Будучи учеником Академии, Василий Максимович жил в соседях со студентом К. С. Михайловым. Тот увлекался политикой, в комнате у него собирались единомышленники. Народу набивалось много, и тогда Михайлов просил позволения отворить двери в комнату Максимова. Доносились до художника слова о французской революции, о движениях в Польше, о скверном русском правительстве. Слышалась и иностранная речь.
Заглядывая в комнату недавнего иконописца, студенты посмеивались над его образами, старались «развить» его, убеждали читать все касающееся французской революции. А он только отмалчивался.
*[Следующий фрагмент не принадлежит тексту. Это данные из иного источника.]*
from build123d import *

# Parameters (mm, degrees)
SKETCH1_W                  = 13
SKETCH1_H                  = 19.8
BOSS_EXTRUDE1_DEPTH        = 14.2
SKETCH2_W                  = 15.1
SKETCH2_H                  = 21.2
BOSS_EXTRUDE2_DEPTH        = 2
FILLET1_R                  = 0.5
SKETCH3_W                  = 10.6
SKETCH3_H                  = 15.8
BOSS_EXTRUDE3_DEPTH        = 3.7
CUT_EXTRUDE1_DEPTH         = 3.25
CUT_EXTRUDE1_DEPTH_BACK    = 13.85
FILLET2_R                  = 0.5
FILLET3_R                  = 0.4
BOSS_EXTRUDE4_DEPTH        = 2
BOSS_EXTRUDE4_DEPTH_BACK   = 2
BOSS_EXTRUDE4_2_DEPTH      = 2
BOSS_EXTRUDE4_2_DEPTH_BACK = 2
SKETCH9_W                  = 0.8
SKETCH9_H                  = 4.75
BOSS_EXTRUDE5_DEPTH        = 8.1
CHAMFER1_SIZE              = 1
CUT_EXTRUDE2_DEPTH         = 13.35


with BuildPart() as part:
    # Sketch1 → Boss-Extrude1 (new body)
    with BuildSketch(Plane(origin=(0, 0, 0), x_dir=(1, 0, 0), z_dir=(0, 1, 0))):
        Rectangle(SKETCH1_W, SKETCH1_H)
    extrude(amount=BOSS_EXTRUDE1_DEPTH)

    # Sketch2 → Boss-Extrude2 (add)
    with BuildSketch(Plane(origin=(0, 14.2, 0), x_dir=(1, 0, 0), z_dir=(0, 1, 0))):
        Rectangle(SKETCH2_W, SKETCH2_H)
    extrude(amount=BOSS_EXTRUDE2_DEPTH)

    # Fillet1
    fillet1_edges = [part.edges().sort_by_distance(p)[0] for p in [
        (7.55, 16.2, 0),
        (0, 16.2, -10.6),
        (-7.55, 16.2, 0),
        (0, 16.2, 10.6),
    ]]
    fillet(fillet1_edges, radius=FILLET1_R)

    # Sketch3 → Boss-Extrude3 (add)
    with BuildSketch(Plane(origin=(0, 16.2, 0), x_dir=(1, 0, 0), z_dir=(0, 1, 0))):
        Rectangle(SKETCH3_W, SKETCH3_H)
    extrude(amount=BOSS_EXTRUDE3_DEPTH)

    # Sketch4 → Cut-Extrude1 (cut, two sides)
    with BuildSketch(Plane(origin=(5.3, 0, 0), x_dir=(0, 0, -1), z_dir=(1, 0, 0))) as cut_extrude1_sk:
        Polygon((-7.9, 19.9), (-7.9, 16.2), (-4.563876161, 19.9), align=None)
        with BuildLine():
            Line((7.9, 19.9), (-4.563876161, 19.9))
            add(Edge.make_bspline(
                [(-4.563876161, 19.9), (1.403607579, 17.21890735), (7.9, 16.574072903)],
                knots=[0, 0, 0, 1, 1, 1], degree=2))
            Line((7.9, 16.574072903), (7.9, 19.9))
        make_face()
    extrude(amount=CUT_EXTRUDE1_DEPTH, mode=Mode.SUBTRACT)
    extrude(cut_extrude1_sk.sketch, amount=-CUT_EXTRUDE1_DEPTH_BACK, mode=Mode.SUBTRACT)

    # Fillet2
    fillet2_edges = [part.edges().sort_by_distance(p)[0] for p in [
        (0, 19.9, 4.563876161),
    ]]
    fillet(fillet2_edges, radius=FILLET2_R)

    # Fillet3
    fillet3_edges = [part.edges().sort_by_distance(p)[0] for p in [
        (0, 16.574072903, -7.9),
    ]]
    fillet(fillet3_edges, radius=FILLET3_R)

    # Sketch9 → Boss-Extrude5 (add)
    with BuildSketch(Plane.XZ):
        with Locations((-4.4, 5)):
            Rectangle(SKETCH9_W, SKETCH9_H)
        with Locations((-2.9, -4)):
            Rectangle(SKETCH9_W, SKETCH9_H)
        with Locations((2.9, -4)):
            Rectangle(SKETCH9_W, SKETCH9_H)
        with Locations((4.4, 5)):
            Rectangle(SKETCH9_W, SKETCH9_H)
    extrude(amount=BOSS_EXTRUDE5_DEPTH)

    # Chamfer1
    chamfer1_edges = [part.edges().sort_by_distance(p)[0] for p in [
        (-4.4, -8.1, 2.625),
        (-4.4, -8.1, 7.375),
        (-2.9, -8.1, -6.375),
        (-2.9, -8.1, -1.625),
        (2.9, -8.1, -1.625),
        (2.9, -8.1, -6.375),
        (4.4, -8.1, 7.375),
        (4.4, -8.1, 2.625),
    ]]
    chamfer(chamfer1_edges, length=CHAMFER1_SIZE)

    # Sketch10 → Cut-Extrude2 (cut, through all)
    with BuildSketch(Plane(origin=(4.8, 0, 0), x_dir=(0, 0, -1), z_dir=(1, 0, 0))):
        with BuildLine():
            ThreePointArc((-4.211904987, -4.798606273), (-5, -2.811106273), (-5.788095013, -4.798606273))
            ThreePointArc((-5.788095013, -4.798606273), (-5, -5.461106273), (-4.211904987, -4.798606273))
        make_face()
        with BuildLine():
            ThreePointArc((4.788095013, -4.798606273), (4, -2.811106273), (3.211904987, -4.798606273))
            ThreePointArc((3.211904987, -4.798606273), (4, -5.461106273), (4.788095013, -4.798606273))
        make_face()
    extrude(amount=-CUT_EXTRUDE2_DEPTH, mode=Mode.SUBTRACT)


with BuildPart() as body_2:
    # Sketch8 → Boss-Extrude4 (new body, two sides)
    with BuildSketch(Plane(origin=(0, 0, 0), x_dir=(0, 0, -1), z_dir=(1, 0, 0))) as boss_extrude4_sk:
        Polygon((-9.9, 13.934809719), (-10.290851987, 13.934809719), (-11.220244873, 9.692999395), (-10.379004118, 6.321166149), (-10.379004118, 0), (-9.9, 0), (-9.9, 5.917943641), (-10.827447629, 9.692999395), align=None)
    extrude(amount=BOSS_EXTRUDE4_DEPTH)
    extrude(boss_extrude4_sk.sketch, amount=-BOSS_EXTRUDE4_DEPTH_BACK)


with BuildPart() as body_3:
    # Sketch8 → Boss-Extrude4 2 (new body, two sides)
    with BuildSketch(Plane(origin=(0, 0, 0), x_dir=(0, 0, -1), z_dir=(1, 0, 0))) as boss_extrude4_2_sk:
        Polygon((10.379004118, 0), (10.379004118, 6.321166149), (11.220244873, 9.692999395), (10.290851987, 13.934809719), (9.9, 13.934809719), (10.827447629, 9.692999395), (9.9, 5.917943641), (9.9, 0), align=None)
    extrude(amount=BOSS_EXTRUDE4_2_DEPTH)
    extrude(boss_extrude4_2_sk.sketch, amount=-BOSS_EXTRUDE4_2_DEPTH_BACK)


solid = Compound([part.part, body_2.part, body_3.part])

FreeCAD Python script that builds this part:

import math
import FreeCAD as App
import Part
import Sketcher

V = App.Vector
Q = App.Units.Quantity


def edges_at(feature, points):
    """Names of the edges that pass closest to the given points."""
    edges = feature.Shape.Edges
    near = lambda p: min(range(len(edges)), key=lambda i: edges[i].distToShape(Part.Vertex(*p))[0])
    return sorted({f"Edge{near(p) + 1}" for p in points})

doc = App.newDocument("Part")
body = doc.addObject("PartDesign::Body", "Body")

# Sketch on XZ plane
sketch1 = body.newObject("Sketcher::SketchObject", "Sketch")
sketch1.AttachmentSupport = (doc.getObject("XZ_Plane"), [""])
sketch1.MapMode = "FlatFace"
sketch1.addGeometry([
    Part.LineSegment(V(-6, -10, 0), V(-6, 10, 0)),
    Part.LineSegment(V(-6, 10, 0), V(6, 10, 0)),
    Part.LineSegment(V(6, 10, 0), V(6, -10, 0)),
    Part.LineSegment(V(6, -10, 0), V(-6, -10, 0)),
], False)
sketch1.addConstraint([
    Sketcher.Constraint("Coincident", 0, 2, 1, 1),
    Sketcher.Constraint("Coincident", 1, 2, 2, 1),
    Sketcher.Constraint("Coincident", 2, 2, 3, 1),
    Sketcher.Constraint("Coincident", 3, 2, 0, 1),
    Sketcher.Constraint("Vertical", 0),
    Sketcher.Constraint("Horizontal", 1),
    Sketcher.Constraint("Vertical", 2),
    Sketcher.Constraint("Horizontal", 3),
    Sketcher.Constraint("Symmetric", 0, 2, 2, 2, -1, 1),
    Sketcher.Constraint("DistanceX", 1, 1, 1, 2, Q("13 mm")),
    Sketcher.Constraint("DistanceY", 0, 1, 0, 2, Q("19.8 mm")),
])
pad1 = body.newObject("PartDesign::Pad", "Pad")
pad1.Profile = sketch1
pad1.Length = 14.2
pad1.Reversed = True

# Sketch on XZ plane
sketch2 = body.newObject("Sketcher::SketchObject", "Sketch001")
sketch2.AttachmentSupport = (doc.getObject("XZ_Plane"), [""])
sketch2.MapMode = "FlatFace"
sketch2.AttachmentOffset = App.Placement(V(0, 0, -14.2), App.Rotation())
sketch2.addGeometry([
    Part.LineSegment(V(-8, -11, 0), V(-8, 11, 0)),
    Part.LineSegment(V(-8, 11, 0), V(8, 11, 0)),
    Part.LineSegment(V(8, 11, 0), V(8, -11, 0)),
    Part.LineSegment(V(8, -11, 0), V(-8, -11, 0)),
], False)
sketch2.addConstraint([
    Sketcher.Constraint("Coincident", 0, 2, 1, 1),
    Sketcher.Constraint("Coincident", 1, 2, 2, 1),
    Sketcher.Constraint("Coincident", 2, 2, 3, 1),
    Sketcher.Constraint("Coincident", 3, 2, 0, 1),
    Sketcher.Constraint("Vertical", 0),
    Sketcher.Constraint("Horizontal", 1),
    Sketcher.Constraint("Vertical", 2),
    Sketcher.Constraint("Horizontal", 3),
    Sketcher.Constraint("Symmetric", 0, 2, 2, 2, -1, 1),
    Sketcher.Constraint("DistanceX", 1, 1, 1, 2, Q("15.1 mm")),
    Sketcher.Constraint("DistanceY", 0, 1, 0, 2, Q("21.2 mm")),
])
pad2 = body.newObject("PartDesign::Pad", "Pad001")
pad2.Profile = sketch2
pad2.Length = 2
pad2.Reversed = True
doc.recompute()

fillet = body.newObject("PartDesign::Fillet", "Fillet")
fillet.Base = (pad2, edges_at(pad2, [
    (7.55, 16.2, 0),
    (0, 16.2, -10.6),
    (-7.55, 16.2, 0),
    (0, 16.2, 10.6),
]))
fillet.Radius = 0.5

# Sketch on XZ plane
sketch3 = body.newObject("Sketcher::SketchObject", "Sketch002")
sketch3.AttachmentSupport = (doc.getObject("XZ_Plane"), [""])
sketch3.MapMode = "FlatFace"
sketch3.AttachmentOffset = App.Placement(V(0, 0, -16.2), App.Rotation())
sketch3.addGeometry([
    Part.LineSegment(V(-5, -8, 0), V(-5, 8, 0)),
    Part.LineSegment(V(-5, 8, 0), V(5, 8, 0)),
    Part.LineSegment(V(5, 8, 0), V(5, -8, 0)),
    Part.LineSegment(V(5, -8, 0), V(-5, -8, 0)),
], False)
sketch3.addConstraint([
    Sketcher.Constraint("Coincident", 0, 2, 1, 1),
    Sketcher.Constraint("Coincident", 1, 2, 2, 1),
    Sketcher.Constraint("Coincident", 2, 2, 3, 1),
    Sketcher.Constraint("Coincident", 3, 2, 0, 1),
    Sketcher.Constraint("Vertical", 0),
    Sketcher.Constraint("Horizontal", 1),
    Sketcher.Constraint("Vertical", 2),
    Sketcher.Constraint("Horizontal", 3),
    Sketcher.Constraint("Symmetric", 0, 2, 2, 2, -1, 1),
    Sketcher.Constraint("DistanceX", 1, 1, 1, 2, Q("10.6 mm")),
    Sketcher.Constraint("DistanceY", 0, 1, 0, 2, Q("15.8 mm")),
])
pad3 = body.newObject("PartDesign::Pad", "Pad002")
pad3.Profile = sketch3
pad3.Length = 3.7
pad3.Reversed = True

# Sketch on YZ plane
sketch4 = body.newObject("Sketcher::SketchObject", "Sketch003")
sketch4.AttachmentSupport = (doc.getObject("YZ_Plane"), [""])
sketch4.MapMode = "FlatFace"
sketch4.AttachmentOffset = App.Placement(V(0, 0, 5.3), App.Rotation())
sketch4.addGeometry([
    Part.LineSegment(V(19.9, 7.9, 0), V(16.2, 7.9, 0)),  # 0
    Part.LineSegment(V(16.2, 7.9, 0), V(19.9, 4.563876, 0)),  # 1
    Part.LineSegment(V(19.9, 4.563876, 0), V(19.9, 7.9, 0)),  # 2
    Part.LineSegment(V(19.9, -7.9, 0), V(19.9, 4.563876, 0)),  # 3
    Part.BSplineCurve([V(19.9, 4.563876, 0), V(17.218907, -1.403608, 0), V(16.574073, -7.9, 0)], [3, 3], [0, 1], False, 2, [1, 1, 1], False),  # 4
    Part.LineSegment(V(16.574073, -7.9, 0), V(19.9, -7.9, 0)),  # 5
], False)
sketch4.addConstraint([
    Sketcher.Constraint("Block", 4),
    Sketcher.Constraint("Coincident", 0, 2, 1, 1),
    Sketcher.Constraint("Coincident", 1, 2, 2, 1),
    Sketcher.Constraint("Coincident", 2, 2, 0, 1),
    Sketcher.Constraint("Coincident", 3, 2, 4, 1),
    Sketcher.Constraint("Coincident", 4, 2, 5, 1),
    Sketcher.Constraint("Coincident", 5, 2, 3, 1),
    Sketcher.Constraint("Horizontal", 0),
    Sketcher.Constraint("Vertical", 2),
    Sketcher.Constraint("Vertical", 3),
    Sketcher.Constraint("Horizontal", 5),
    Sketcher.Constraint("Coincident", 3, 2, 1, 2),
    Sketcher.Constraint("DistanceX", 0, 2, 0, 1, Q("3.7 mm")),
    Sketcher.Constraint("DistanceY", -1, 1, 0, 2, Q("7.9 mm")),
])
pocket1 = body.newObject("PartDesign::Pocket", "Pocket")
pocket1.Profile = sketch4
pocket1.Type = "ThroughAll"
pocket1.Midplane = True
doc.recompute()

fillet2 = body.newObject("PartDesign::Fillet", "Fillet001")
fillet2.Base = (pocket1, edges_at(pocket1, [(0, 19.9, 4.564)]))
fillet2.Radius = 0.5
doc.recompute()

fillet3 = body.newObject("PartDesign::Fillet", "Fillet002")
fillet3.Base = (fillet2, edges_at(fillet2, [(0, 16.574, -7.9)]))
fillet3.Radius = 0.4

# Sketch on XZ plane
sketch5 = body.newObject("Sketcher::SketchObject", "Sketch004")
sketch5.AttachmentSupport = (doc.getObject("XZ_Plane"), [""])
sketch5.MapMode = "FlatFace"
sketch5.addGeometry([
    Part.LineSegment(V(-4.8, 7.4, 0), V(-4.8, 2.6, 0)),  # 0
    Part.LineSegment(V(-4.8, 2.6, 0), V(-4, 2.6, 0)),  # 1
    Part.LineSegment(V(-4, 2.6, 0), V(-4, 7.4, 0)),  # 2
    Part.LineSegment(V(-4, 7.4, 0), V(-4.8, 7.4, 0)),  # 3
    Part.LineSegment(V(-3.3, -1.6, 0), V(-3.3, -6.4, 0)),  # 4
    Part.LineSegment(V(-3.3, -6.4, 0), V(-2.5, -6.4, 0)),  # 5
    Part.LineSegment(V(-2.5, -6.4, 0), V(-2.5, -1.6, 0)),  # 6
    Part.LineSegment(V(-2.5, -1.6, 0), V(-3.3, -1.6, 0)),  # 7
    Part.LineSegment(V(2.5, -1.6, 0), V(2.5, -6.4, 0)),  # 8
    Part.LineSegment(V(2.5, -6.4, 0), V(3.3, -6.4, 0)),  # 9
    Part.LineSegment(V(3.3, -6.4, 0), V(3.3, -1.6, 0)),  # 10
    Part.LineSegment(V(3.3, -1.6, 0), V(2.5, -1.6, 0)),  # 11
    Part.LineSegment(V(4, 7.4, 0), V(4, 2.6, 0)),  # 12
    Part.LineSegment(V(4, 2.6, 0), V(4.8, 2.6, 0)),  # 13
    Part.LineSegment(V(4.8, 2.6, 0), V(4.8, 7.4, 0)),  # 14
    Part.LineSegment(V(4.8, 7.4, 0), V(4, 7.4, 0)),  # 15
], False)
sketch5.addConstraint([
    Sketcher.Constraint("Coincident", 0, 2, 1, 1),
    Sketcher.Constraint("Coincident", 1, 2, 2, 1),
    Sketcher.Constraint("Coincident", 2, 2, 3, 1),
    Sketcher.Constraint("Coincident", 3, 2, 0, 1),
    Sketcher.Constraint("Coincident", 4, 2, 5, 1),
    Sketcher.Constraint("Coincident", 5, 2, 6, 1),
    Sketcher.Constraint("Coincident", 6, 2, 7, 1),
    Sketcher.Constraint("Coincident", 7, 2, 4, 1),
    Sketcher.Constraint("Coincident", 8, 2, 9, 1),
— Не мог же я в угоду этим умным людям оставить писать образа, перестать ходить на клирос, бросить в печь висевший над постелью образ, — говорил он.
Подобно И. Н. Крамскому, Максимов образовал свою артель. Здесь читали Н. В. Гоголя, А. С. Грибоедова. А. С. Пушкина, И. С. Тургенева. Беседовали, отводили душу в хоровом пении. Жили столь дружно, что приняли на свое артельное содержание приехавшего из Твери талантливого молодого человека Арсения Шурыгина. (П. М. Третьяков заприметил его картины и две из них приобрел для своей коллекции.) Когда же артель распалась и Шурыгин остался без средств, Максимов продал свою золотую медаль, полученную в Академии, и купил другу пиджачную пару, а себе пальто. (О том конечно же не рассказывал он Третьяковым.)
Кончив с работой в галерее, Василий Максимович написал несколько этюдов сада Третьяковых, их любимую китайскую яблоню в цвету и подарил все Вере Николаевне.
Провожали его всем домом.
«Приезд мой был настоящим праздником жене и детям, — писал В. М. Максимов в 1877 году, — толкам-расспросам не было конца, а мне есть что порассказать, ни из одной поездки не возвращался я с более богатым материалом, как из настоящей. И должно быть, мои рассказы уж очень ясно рисовали жизнь, что жена, даже не видевши ни Москвы, ни тех людей, которые являются как бы выразителями лучшей стороны русской жизни, — чувствует, что там больше искренности, и пуще прежнего хочется ей побывать в Москве…»
Вера Николаевна отвечала:
«…Хорошо стало на душе, как прочла я Ваши строки, они глубоко пали в душу, и я благодарила судьбу за то, что послала мне таких добрых людей, как Вы… Спасибо Вам также за милые картинки, которые я нашла в моей спальне, — они будут напоминать мне Вас!»